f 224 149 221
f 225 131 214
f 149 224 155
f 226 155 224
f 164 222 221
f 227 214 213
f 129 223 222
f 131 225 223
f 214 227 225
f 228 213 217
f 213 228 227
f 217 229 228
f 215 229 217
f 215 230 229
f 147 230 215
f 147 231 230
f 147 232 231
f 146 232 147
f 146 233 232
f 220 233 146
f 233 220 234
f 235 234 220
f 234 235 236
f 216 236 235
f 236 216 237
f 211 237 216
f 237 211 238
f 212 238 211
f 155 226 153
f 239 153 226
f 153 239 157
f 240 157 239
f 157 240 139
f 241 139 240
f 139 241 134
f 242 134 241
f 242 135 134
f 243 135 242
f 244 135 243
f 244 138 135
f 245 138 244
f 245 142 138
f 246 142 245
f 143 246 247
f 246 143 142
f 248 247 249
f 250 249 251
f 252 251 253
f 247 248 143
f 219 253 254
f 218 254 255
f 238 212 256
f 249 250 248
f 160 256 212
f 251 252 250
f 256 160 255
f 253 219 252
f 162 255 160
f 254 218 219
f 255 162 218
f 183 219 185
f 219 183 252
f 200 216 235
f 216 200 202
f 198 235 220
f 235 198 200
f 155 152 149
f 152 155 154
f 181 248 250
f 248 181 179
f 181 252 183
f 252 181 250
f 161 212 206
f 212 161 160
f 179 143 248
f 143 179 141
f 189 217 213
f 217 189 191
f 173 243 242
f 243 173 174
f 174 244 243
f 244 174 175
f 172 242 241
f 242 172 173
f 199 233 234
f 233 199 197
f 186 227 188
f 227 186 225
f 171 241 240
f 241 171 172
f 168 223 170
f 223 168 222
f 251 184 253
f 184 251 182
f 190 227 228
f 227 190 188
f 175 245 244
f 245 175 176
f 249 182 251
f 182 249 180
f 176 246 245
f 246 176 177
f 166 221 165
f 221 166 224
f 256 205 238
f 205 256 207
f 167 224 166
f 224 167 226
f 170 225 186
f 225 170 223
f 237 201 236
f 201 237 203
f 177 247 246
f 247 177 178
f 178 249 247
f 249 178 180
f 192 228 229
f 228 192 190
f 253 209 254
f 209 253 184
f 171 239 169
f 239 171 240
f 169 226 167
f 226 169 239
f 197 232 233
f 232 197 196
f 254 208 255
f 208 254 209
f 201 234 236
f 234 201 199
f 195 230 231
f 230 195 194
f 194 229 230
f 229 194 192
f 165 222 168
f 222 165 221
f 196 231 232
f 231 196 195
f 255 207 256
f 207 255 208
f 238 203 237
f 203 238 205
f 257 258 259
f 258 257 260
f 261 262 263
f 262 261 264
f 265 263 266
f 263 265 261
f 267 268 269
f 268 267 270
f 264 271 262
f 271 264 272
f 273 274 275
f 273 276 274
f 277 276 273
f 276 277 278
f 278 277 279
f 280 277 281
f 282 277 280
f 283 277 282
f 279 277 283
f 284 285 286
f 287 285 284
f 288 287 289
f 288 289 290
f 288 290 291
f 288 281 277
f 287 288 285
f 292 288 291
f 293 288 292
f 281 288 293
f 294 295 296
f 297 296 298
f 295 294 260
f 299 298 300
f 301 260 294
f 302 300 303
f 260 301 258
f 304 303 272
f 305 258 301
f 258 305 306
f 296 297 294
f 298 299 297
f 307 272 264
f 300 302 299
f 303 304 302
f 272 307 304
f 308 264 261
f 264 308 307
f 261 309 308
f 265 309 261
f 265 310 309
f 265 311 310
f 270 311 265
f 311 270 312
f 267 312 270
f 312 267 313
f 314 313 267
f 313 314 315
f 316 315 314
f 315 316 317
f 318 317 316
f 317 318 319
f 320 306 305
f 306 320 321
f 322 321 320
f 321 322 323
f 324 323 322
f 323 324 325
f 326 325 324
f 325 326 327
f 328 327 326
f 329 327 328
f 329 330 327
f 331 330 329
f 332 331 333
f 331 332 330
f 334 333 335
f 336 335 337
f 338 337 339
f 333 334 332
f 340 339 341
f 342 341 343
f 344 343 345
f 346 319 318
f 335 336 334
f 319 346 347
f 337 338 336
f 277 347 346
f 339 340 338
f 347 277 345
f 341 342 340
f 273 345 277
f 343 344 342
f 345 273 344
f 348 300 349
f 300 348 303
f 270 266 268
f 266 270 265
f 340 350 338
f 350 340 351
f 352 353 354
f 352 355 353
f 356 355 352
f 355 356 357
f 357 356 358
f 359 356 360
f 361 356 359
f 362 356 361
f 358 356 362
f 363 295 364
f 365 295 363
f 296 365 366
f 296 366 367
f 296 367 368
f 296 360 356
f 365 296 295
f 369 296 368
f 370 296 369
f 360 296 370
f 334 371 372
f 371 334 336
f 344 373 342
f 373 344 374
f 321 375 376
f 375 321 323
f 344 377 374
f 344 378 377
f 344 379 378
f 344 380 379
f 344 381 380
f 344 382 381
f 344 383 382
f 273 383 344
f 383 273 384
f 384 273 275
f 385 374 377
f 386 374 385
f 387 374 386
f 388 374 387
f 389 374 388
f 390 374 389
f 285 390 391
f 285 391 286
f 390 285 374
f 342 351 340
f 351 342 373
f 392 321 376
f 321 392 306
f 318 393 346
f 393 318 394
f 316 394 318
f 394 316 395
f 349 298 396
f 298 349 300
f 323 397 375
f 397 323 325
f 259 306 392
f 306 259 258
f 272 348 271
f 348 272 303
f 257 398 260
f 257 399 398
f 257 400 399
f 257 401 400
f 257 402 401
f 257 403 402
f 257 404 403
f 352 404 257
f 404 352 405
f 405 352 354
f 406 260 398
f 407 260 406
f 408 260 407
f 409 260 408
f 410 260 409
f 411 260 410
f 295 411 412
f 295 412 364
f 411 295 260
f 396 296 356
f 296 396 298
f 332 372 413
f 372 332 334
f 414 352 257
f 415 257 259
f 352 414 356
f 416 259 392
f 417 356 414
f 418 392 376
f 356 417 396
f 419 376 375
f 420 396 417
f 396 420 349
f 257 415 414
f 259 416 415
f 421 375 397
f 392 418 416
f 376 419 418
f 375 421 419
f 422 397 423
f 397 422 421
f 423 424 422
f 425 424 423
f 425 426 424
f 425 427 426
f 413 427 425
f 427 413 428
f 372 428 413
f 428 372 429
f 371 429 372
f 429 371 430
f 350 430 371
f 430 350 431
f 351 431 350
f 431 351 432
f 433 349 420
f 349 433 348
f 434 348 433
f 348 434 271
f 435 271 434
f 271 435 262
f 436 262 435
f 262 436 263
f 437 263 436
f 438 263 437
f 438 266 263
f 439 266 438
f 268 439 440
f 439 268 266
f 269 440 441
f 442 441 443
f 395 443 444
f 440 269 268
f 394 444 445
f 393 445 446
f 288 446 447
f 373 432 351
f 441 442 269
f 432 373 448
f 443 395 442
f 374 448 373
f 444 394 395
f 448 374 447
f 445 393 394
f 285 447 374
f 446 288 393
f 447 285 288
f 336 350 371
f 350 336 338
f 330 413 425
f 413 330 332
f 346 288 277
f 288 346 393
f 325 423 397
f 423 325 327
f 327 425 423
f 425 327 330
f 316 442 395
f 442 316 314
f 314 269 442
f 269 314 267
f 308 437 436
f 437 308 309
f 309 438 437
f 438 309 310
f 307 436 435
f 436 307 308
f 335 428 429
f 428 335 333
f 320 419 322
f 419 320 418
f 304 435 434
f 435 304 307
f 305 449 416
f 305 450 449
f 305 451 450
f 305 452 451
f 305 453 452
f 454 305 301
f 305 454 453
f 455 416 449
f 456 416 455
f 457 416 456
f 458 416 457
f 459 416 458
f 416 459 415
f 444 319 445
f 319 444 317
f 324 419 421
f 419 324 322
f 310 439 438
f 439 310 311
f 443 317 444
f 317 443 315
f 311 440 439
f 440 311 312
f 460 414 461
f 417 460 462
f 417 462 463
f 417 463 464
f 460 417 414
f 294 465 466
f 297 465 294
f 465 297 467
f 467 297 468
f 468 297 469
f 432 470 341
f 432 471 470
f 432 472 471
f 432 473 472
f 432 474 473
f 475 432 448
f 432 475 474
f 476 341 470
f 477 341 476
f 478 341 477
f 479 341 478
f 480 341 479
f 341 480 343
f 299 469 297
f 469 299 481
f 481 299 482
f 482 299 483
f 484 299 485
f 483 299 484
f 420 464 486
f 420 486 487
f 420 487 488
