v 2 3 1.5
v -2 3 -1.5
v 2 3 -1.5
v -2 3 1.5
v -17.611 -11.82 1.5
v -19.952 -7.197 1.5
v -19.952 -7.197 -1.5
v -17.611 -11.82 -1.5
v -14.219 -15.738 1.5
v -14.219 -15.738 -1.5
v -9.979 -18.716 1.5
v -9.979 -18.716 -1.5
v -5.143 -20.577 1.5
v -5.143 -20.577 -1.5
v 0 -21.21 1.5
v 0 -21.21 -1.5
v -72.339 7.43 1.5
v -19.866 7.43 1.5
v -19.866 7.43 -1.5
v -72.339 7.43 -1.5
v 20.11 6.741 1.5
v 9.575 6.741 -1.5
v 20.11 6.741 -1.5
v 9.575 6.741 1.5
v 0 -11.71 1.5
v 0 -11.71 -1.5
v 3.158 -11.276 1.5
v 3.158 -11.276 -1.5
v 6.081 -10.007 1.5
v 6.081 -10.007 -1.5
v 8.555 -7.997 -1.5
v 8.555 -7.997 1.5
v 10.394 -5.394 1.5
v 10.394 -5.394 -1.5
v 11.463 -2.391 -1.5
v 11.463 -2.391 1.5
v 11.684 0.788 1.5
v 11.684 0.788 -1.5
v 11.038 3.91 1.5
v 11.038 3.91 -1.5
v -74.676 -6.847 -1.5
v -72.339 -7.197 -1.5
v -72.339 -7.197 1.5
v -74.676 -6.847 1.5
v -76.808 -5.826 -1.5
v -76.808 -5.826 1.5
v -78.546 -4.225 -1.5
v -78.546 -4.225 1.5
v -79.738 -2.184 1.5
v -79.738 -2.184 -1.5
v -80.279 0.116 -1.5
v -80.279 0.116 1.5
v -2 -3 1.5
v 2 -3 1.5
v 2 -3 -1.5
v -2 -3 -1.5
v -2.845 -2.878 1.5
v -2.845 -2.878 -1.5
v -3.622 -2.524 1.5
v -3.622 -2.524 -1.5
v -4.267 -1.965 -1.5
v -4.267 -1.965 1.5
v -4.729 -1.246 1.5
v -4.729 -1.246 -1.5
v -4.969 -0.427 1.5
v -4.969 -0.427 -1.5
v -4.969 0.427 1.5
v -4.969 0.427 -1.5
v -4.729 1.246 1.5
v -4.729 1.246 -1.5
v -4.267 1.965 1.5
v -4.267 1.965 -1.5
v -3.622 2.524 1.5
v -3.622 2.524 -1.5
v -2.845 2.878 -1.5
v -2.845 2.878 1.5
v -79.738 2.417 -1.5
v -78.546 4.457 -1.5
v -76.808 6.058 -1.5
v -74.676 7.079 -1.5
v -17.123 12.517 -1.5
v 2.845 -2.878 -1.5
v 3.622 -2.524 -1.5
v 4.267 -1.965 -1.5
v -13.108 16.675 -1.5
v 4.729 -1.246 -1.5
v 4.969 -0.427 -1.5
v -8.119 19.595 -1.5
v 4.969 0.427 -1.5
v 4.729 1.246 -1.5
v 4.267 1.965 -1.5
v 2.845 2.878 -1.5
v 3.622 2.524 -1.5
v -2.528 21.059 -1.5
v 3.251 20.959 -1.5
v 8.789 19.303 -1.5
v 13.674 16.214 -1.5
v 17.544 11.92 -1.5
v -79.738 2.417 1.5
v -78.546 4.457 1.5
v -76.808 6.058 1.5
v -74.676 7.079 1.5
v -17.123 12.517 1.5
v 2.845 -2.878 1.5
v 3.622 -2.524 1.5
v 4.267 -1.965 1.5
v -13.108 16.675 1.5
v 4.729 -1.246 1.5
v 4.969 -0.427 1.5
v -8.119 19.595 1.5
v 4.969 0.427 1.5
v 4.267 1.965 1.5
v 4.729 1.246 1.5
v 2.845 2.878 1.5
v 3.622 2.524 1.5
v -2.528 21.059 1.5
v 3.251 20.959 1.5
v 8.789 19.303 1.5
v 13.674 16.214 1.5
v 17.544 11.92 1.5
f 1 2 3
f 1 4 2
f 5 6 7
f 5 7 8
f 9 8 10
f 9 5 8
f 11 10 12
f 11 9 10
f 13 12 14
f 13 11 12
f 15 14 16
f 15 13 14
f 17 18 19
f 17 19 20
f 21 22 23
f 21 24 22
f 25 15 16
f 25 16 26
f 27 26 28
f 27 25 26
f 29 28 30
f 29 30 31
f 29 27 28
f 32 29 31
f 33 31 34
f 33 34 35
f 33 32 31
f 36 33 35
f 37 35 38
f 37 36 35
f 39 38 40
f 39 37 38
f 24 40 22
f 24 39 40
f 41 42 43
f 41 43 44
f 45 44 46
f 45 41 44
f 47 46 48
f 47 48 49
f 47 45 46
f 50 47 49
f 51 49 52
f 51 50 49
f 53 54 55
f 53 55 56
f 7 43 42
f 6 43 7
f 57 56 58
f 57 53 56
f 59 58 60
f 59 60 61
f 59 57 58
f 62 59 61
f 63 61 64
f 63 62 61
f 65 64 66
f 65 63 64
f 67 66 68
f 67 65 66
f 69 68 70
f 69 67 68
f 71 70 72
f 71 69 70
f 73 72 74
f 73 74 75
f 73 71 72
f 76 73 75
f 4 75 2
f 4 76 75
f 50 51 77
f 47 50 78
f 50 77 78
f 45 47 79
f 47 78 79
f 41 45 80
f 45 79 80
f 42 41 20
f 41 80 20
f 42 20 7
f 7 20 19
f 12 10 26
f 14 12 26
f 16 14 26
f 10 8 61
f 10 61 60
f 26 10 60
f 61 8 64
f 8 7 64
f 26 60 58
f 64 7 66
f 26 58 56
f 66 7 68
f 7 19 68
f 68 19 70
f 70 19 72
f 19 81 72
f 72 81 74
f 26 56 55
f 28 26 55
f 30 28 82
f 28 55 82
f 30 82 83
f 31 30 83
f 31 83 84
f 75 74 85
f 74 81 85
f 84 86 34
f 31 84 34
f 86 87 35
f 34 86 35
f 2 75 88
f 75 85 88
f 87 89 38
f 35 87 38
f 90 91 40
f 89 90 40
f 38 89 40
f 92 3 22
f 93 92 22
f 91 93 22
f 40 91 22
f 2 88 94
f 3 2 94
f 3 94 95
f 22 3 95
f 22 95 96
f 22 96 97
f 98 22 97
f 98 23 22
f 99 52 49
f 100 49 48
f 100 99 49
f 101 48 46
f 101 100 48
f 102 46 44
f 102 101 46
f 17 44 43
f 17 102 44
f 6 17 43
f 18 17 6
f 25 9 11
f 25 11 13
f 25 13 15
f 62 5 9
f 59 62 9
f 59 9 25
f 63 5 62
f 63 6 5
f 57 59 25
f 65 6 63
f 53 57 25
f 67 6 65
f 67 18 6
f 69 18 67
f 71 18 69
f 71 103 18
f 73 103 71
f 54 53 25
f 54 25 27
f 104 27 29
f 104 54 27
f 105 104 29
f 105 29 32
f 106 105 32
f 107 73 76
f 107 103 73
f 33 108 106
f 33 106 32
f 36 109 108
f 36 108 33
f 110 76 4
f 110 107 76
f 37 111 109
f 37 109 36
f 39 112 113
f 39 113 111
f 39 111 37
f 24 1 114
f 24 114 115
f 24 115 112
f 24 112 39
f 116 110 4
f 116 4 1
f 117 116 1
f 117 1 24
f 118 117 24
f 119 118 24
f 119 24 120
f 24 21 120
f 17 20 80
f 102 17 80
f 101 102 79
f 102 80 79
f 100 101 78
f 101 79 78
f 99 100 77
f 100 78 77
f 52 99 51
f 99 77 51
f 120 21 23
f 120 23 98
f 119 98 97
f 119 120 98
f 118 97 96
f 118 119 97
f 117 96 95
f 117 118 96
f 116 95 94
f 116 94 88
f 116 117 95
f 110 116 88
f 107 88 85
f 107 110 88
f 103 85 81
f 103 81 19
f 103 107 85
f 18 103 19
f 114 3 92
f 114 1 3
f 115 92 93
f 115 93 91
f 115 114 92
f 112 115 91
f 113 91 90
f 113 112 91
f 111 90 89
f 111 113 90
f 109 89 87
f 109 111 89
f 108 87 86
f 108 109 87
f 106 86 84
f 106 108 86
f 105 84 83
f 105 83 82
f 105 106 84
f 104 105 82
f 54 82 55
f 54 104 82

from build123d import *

# Parameters (mm, degrees)
F1_DEPTH    = 1.5
F3_DEPTH    = 3
F4_T1_DEPTH = 42.8345237792


# Not quite as in the source:
# - a fillet or chamfer that OpenCascade refuses, or shapes differently, is made with other operations: its cross-section is extruded or revolved along the edge and cut away or added


with BuildPart() as f1:
    # F0 (on Top) → F1 (new body, symmetric)
    with BuildSketch(Plane.XY):
        with BuildLine():
            Line((9.5752676601, 6.7411407109), (20.1104327648, 6.7411407109))
            ThreePointArc((20.1104327648, 6.7411407109), (-17.2170469432, 12.3873233035), (0, -21.2101976434))
            Line((0, -21.2101976434), (0, -11.7101976434))
            ThreePointArc((0, -11.7101976434), (10.3939602393, -5.3939150337), (9.5752676601, 6.7411407109))
        make_face()
        with BuildLine():
            Line((2, -3), (-2, -3))
            ThreePointArc((-2, -3), (-5, 0), (-2, 3))
            Line((-2, 3), (2, 3))
            ThreePointArc((2, 3), (5, 0), (2, -3))
        make_face(mode=Mode.SUBTRACT)
    extrude(amount=F1_DEPTH, both=True)

    # F2 (on face) → F3 (join)
    with BuildSketch(Plane.XY.offset(1.5)):
        with BuildLine():
            ThreePointArc((-19.9517186141, -7.19731953), (-21.2098366027, 0.1237552257), (-19.8663731217, 7.4296502651))
            Line((-19.8663731217, 7.4296502651), (-80.3057924461, 7.4296502651))
            Line((-80.3057924461, 7.4296502651), (-80.3057924461, -7.19731953))
            Line((-80.3057924461, -7.19731953), (-19.9517186141, -7.19731953))
        make_face()
    extrude(amount=-F3_DEPTH)

    # F4: fillet of radius 7.9669047558 on 2 edges, made by hand

    # F4_s2 → F4_t1 (cut)
    with BuildSketch(Plane.XY.offset(-21.4172618896)):
        with BuildLine():
            ThreePointArc((-72.3388876903, -7.19731953), (-77.9723400682, -4.863867152), (-80.3057924461, 0.7695852259))
            Line((-80.3057924461, 0.7695852259), (-80.3057924461, -7.19731953))
            Line((-80.3057924461, -7.19731953), (-72.3388876903, -7.19731953))
        make_face()
        with BuildLine():
            ThreePointArc((-72.3388876903, 7.4296502651), (-77.9723400682, 5.0961978872), (-80.3057924461, -0.5372544907))
            Line((-80.3057924461, -0.5372544907), (-80.3057924461, 7.4296502651))
            Line((-80.3057924461, 7.4296502651), (-72.3388876903, 7.4296502651))
        make_face()
    extrude(amount=F4_T1_DEPTH, mode=Mode.SUBTRACT)


solid = f1.part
* * * * * * * * *
Task goal: Look back at the data above. Transcribe exactly the lines starting at the line that contains "f 422 397 423" and ending at the line that contains "f 395 443 444".

Answer to this problem:
f 422 397 423
f 397 422 421
f 423 424 422
f 425 424 423
f 425 426 424
f 425 427 426
f 413 427 425
f 427 413 428
f 372 428 413
f 428 372 429
f 371 429 372
f 429 371 430
f 350 430 371
f 430 350 431
f 351 431 350
f 431 351 432
f 433 349 420
f 349 433 348
f 434 348 433
f 348 434 271
f 435 271 434
f 271 435 262
f 436 262 435
f 262 436 263
f 437 263 436
f 438 263 437
f 438 266 263
f 439 266 438
f 268 439 440
f 439 268 266
f 269 440 441
f 442 441 443
f 395 443 444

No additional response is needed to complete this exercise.